Celebrating the success of Oxfam Cymru’s Livelihoods Project

“I was sort of stagnant, and now I’m not. Now I’ve got a future, thanks to the Livelihoods Project.” Diane Bennett, Peer Mentor at the South Riverside Community Development Centre 

Oxfam Cymru’s three-year Building Livelihoods and Strengthening Communities in Wales project has helped over a 1,100 people in Wales, like Diane, to get their lives back on track.

The Livelihoods Project was designed to help support people who felt unable to help themselves. And over the past three years we’ve supported a widowed woman struggling with low self-esteem and loneliness, a young man who couldn’t afford the bus fare to get to work and a new mum dealing with post-natal depression.

Funded by the Big Lottery Fund and Unilever, the Livelihoods project used the SLA – the Sustainable Livelihoods Approach – which helps people identify the strengths and assets they already have, in order to tackle the root problem preventing them from reaching their potential.

Across Wales, and in collaboration with our fantastic nine partner organisations, Oxfam Cymru has been able to help:

  • 636 people gain new skills and confidence;
  • 648 people to get involved in community activities;
  • 91 people to take up voluntary placements; and
  • 90 people find jobs.

Using the SLA, the Livelihoods project has also made financial sense, securing an average return on investment of £4.39 for every £1 spent across Wales.

The numbers speak for themselves, and clearly demonstrate that this intensive, people-centred approach makes a huge difference to people’s lives.

Oxfam Cymru has developed a short film to help you learn more about the SLA – the Sustainable Livelihoods Approach – and to hear directly from the people who’ve benefited from the Livelihoods project. 

Projects like these can and do make a difference. Considering the fact that poverty levels in Wales have been static for more than a decade, and one in four households live in relative poverty, the next Welsh Government must secure lasting change. We believe they can do so by embedding the SLA – the Sustainable Livelihoods Approach – in all policy and service delivery in Wales that is aimed at helping people break out of poverty. It has the potential to help thousands more across the whole of Wales. 

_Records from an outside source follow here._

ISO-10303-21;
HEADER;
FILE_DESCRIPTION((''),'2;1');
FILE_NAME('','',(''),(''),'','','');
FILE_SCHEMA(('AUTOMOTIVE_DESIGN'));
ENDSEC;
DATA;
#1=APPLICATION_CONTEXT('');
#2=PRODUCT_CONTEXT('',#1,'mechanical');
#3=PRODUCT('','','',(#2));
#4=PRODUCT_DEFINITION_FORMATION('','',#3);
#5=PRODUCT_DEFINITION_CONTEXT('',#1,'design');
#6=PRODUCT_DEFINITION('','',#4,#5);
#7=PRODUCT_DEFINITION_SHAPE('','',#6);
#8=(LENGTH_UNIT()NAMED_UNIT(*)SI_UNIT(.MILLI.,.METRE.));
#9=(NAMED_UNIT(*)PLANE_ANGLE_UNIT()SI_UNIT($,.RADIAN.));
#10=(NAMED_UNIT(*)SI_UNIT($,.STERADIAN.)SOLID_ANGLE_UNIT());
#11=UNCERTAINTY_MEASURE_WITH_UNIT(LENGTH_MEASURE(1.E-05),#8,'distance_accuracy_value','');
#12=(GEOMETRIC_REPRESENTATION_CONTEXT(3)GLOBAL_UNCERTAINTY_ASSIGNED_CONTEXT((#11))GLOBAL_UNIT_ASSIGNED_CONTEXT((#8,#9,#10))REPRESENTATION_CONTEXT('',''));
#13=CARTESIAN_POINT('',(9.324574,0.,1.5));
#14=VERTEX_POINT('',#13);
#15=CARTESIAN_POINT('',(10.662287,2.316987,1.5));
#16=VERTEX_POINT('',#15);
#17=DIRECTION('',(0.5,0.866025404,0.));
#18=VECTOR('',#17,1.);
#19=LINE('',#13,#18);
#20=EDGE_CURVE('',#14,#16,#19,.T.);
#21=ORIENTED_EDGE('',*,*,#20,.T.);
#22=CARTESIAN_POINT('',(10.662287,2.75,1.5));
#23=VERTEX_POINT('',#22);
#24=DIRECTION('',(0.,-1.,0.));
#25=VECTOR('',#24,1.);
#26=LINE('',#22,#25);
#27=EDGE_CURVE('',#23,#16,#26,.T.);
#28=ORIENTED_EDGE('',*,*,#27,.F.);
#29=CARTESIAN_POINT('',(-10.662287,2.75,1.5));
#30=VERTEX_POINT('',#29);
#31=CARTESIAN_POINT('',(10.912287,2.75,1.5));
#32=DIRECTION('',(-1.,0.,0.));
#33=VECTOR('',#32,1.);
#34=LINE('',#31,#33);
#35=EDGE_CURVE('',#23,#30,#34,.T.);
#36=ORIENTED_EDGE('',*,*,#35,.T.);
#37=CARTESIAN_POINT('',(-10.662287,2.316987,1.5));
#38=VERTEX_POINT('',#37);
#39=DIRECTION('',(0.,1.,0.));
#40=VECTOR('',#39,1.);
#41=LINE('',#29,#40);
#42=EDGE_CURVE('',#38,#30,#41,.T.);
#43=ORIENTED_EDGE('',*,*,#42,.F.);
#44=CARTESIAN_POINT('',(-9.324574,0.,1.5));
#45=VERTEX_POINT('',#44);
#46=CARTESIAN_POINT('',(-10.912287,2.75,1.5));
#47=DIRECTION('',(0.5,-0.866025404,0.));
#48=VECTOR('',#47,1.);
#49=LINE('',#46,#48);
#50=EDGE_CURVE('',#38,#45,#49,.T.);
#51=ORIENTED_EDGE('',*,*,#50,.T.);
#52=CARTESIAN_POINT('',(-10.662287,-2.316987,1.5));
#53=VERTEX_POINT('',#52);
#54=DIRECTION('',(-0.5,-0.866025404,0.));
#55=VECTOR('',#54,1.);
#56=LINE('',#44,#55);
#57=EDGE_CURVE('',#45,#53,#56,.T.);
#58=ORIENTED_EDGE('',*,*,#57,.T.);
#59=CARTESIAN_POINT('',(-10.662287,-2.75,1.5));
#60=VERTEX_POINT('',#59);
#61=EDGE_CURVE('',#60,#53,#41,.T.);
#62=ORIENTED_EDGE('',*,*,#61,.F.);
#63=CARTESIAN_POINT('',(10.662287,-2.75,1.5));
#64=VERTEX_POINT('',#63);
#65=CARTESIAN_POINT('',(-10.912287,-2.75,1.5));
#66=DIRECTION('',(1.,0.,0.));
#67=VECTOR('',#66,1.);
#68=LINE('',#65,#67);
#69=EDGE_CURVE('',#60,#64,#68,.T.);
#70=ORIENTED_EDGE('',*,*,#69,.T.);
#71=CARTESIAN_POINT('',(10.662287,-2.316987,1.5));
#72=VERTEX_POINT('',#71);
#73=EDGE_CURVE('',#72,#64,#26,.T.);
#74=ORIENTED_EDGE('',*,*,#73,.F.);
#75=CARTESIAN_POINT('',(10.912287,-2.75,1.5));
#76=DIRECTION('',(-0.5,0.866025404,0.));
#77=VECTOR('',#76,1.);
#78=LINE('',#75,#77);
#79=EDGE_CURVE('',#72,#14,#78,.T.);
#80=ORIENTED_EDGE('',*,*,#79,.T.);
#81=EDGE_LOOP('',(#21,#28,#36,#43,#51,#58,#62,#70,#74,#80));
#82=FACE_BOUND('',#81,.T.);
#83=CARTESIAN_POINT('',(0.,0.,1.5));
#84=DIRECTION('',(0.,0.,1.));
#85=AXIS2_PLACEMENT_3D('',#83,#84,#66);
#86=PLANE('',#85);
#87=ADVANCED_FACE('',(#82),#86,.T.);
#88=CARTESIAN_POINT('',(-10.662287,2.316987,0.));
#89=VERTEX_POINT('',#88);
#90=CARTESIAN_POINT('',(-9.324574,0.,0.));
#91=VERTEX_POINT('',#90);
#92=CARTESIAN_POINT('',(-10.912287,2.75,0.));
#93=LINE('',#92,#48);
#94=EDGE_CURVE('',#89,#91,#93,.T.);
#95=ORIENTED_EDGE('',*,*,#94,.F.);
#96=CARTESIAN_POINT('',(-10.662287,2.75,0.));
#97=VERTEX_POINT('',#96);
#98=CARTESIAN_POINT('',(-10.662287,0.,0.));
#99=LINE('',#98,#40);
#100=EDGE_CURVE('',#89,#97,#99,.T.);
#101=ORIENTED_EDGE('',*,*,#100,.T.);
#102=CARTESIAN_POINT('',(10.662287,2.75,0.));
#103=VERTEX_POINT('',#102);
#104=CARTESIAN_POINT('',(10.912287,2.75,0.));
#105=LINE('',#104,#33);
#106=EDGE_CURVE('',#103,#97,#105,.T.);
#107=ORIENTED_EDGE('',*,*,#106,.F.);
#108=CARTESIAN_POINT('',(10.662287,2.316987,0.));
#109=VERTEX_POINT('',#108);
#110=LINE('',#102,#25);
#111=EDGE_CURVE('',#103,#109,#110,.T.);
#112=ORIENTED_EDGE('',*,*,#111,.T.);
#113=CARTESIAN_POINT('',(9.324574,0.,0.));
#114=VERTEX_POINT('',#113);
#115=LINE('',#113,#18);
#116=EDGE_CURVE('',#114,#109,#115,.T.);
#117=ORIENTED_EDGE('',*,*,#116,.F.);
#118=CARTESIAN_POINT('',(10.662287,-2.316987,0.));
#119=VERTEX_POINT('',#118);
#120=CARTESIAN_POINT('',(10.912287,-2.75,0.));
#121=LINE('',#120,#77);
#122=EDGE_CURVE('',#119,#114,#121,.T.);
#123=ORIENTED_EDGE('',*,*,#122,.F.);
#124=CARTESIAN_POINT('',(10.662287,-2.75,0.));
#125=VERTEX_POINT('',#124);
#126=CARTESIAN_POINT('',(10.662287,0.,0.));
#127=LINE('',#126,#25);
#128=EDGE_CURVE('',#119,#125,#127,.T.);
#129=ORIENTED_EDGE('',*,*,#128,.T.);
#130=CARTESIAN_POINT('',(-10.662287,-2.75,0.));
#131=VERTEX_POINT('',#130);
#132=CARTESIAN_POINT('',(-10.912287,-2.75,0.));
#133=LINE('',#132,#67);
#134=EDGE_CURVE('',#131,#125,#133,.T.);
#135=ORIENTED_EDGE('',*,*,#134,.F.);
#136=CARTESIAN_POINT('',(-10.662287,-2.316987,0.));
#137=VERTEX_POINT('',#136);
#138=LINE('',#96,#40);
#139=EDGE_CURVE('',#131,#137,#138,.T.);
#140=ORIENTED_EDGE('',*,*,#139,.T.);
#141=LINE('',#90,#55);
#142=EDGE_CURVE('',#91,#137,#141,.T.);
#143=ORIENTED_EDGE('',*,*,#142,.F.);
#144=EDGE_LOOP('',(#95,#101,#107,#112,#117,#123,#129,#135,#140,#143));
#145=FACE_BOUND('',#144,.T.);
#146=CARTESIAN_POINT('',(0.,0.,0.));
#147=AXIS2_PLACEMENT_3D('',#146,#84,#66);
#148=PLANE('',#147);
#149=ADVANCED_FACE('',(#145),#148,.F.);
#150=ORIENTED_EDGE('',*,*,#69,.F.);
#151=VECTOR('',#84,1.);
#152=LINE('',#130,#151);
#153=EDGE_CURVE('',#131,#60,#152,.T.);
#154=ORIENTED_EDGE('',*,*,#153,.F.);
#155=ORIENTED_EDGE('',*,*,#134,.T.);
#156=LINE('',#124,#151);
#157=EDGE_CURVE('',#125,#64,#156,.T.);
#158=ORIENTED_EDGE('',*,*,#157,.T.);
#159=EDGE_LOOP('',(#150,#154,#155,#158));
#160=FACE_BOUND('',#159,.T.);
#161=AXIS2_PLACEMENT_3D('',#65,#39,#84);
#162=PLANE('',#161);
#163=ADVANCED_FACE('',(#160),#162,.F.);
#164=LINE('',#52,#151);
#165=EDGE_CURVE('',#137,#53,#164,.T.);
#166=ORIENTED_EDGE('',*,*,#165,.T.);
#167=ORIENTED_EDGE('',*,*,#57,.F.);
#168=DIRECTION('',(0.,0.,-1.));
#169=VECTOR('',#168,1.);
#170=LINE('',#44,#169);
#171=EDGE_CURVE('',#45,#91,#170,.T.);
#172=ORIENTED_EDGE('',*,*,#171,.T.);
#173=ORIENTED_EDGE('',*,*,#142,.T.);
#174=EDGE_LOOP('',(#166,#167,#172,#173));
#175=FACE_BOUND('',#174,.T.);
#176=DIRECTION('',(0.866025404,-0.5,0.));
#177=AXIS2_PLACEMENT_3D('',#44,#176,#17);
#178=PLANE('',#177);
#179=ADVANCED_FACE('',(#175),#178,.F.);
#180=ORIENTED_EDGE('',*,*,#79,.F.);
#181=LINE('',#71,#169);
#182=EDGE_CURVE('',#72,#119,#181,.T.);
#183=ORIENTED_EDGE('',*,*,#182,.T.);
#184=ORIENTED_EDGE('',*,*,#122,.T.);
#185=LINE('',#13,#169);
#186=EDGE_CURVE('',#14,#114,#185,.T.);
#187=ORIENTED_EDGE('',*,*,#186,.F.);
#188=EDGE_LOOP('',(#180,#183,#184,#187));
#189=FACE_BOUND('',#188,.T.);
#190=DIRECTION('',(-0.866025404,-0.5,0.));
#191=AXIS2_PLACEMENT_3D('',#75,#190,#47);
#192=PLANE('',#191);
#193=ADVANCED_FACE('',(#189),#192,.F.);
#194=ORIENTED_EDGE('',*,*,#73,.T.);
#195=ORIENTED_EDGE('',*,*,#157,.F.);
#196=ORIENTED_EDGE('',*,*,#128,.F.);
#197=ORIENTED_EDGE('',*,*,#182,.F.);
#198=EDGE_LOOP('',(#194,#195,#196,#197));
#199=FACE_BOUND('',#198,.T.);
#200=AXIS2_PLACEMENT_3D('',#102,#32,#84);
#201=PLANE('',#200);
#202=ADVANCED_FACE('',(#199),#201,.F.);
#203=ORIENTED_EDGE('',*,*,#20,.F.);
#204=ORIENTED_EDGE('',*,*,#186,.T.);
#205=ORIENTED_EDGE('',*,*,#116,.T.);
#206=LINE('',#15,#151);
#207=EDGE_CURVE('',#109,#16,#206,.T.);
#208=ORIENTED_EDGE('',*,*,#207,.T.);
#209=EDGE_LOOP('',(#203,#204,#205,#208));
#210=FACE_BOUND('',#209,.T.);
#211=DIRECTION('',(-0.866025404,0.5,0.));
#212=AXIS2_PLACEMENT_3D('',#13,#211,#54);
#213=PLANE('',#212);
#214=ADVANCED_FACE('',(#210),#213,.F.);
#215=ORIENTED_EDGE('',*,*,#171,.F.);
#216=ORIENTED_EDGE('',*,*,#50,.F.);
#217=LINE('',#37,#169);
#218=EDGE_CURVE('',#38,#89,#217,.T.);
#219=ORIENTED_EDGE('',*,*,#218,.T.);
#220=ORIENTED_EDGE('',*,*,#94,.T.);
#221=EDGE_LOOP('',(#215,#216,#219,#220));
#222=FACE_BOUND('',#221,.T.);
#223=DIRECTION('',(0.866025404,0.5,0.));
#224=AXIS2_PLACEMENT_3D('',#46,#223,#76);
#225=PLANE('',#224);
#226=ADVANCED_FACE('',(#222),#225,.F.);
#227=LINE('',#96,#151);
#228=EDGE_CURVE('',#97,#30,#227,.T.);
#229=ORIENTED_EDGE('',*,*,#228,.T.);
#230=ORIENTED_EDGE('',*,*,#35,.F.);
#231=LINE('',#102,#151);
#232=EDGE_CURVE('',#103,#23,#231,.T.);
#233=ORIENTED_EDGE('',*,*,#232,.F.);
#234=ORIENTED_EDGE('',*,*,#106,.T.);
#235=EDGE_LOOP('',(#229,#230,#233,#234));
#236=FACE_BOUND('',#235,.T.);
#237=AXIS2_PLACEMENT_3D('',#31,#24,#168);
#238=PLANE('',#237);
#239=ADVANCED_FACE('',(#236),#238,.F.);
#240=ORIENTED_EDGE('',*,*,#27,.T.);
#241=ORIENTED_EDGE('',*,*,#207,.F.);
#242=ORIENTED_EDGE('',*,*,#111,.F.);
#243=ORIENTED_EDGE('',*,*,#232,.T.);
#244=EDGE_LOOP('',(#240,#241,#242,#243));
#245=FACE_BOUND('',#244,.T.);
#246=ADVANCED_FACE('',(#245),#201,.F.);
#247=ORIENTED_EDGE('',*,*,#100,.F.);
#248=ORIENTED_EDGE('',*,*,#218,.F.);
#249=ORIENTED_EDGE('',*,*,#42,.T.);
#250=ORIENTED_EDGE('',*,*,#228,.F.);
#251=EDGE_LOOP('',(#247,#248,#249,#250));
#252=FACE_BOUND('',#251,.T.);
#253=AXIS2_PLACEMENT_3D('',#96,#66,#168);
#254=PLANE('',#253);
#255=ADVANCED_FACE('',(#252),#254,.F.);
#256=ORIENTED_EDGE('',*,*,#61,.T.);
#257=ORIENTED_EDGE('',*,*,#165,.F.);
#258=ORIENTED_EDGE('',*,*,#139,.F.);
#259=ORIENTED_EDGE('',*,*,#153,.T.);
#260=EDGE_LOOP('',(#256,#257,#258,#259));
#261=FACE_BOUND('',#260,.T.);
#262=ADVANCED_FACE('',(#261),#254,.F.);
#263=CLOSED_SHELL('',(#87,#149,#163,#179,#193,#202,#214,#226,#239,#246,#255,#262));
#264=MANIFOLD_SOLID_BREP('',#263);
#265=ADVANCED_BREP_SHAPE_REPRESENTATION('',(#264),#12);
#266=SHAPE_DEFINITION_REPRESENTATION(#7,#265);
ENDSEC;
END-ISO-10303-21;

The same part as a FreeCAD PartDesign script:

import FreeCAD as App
import Part
import Sketcher
Q = App.Units.Quantity


def add_polygon(sketch, points):
    """Adds a closed chain of lines whose ends are joined by coincident constraints."""
    first, n = sketch.GeometryCount, len(points)
    for a, b in zip(points, points[1:] + points[:1]):
        sketch.addGeometry(Part.LineSegment(App.Vector(*a, 0), App.Vector(*b, 0)), False)
    for i in range(n):
        sketch.addConstraint(Sketcher.Constraint("Coincident", first + i, 2, first + (i + 1) % n, 1))

doc = App.newDocument("Part")
params = doc.addObject("Spreadsheet::Sheet", "Params")
for row, (alias, value) in enumerate([
    ("pad1_length", "1.5 mm"),
    ("sketch2_height", "5.5 mm"),
    ("sketch2_width", "0.25 mm"),
], start=1):
    params.set(f"A{row}", alias)
    params.set(f"B{row}", "=" + value)
    params.setAlias(f"B{row}", alias)

body = doc.addObject("PartDesign::Body", "Body")

# Sketch on XY plane
sketch1 = body.newObject("Sketcher::SketchObject", "Sketch")
sketch1.AttachmentSupport = (doc.getObject("XY_Plane"), [""])
sketch1.MapMode = "FlatFace"
add_polygon(sketch1, [(-10.9, 2.8), (-9.3, 0), (-10.9, -2.8), (10.9, -2.8), (9.3, 0), (10.9, 2.8)])  # lines 0-5
sketch1.addConstraint(Sketcher.Constraint("Horizontal", 2))
sketch1.addConstraint(Sketcher.Constraint("Horizontal", 5))
sketch1.addConstraint(Sketcher.Constraint("Symmetric", 0, 2, 3, 2, -1, 1))
sketch1.addConstraint(Sketcher.Constraint("Symmetric", 1, 2, 4, 2, -1, 1))
sketch1.addConstraint(Sketcher.Constraint("PointOnObject", 0, 2, -1))
sketch1.addConstraint(Sketcher.Constraint("Parallel", 0, 3))
sketch1.addConstraint(Sketcher.Constraint("Vertical", 2, 2, 4, 2))
sketch1.addConstraint(Sketcher.Constraint("Angle", 0, Q("-60 deg")))
sketch1.addConstraint(Sketcher.Constraint("DistanceY", 2, 2, 4, 2, Q("5.5 mm")))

To hear how we think this and more could be done to support people living in poverty in Wales take a look at our Blueprint for Change

ENDS

The project’s nine partners are:

  • The Foryd Centre (Denbighshire Voluntary Services Council), Rhyl
  • DOVE Workshop, Banwen, Upper Dulais Valley, Neath Port Talbot
  • Caia Park Partnership, Wrexham
  • South Riverside Community Development Centre, Riverside, Cardiff
  • African Community Centre, Swansea
  • Sylfaen Cymunedol Cyfyngedig, Peblig, Caernarfon
  • Glyncoch Community Regeneration, Glyncoch, Pontypridd
  • Duffryn Community Link, Duffryn, Newport
  • Wallich Clifford Community, Ebbw Vale (up to November 2015)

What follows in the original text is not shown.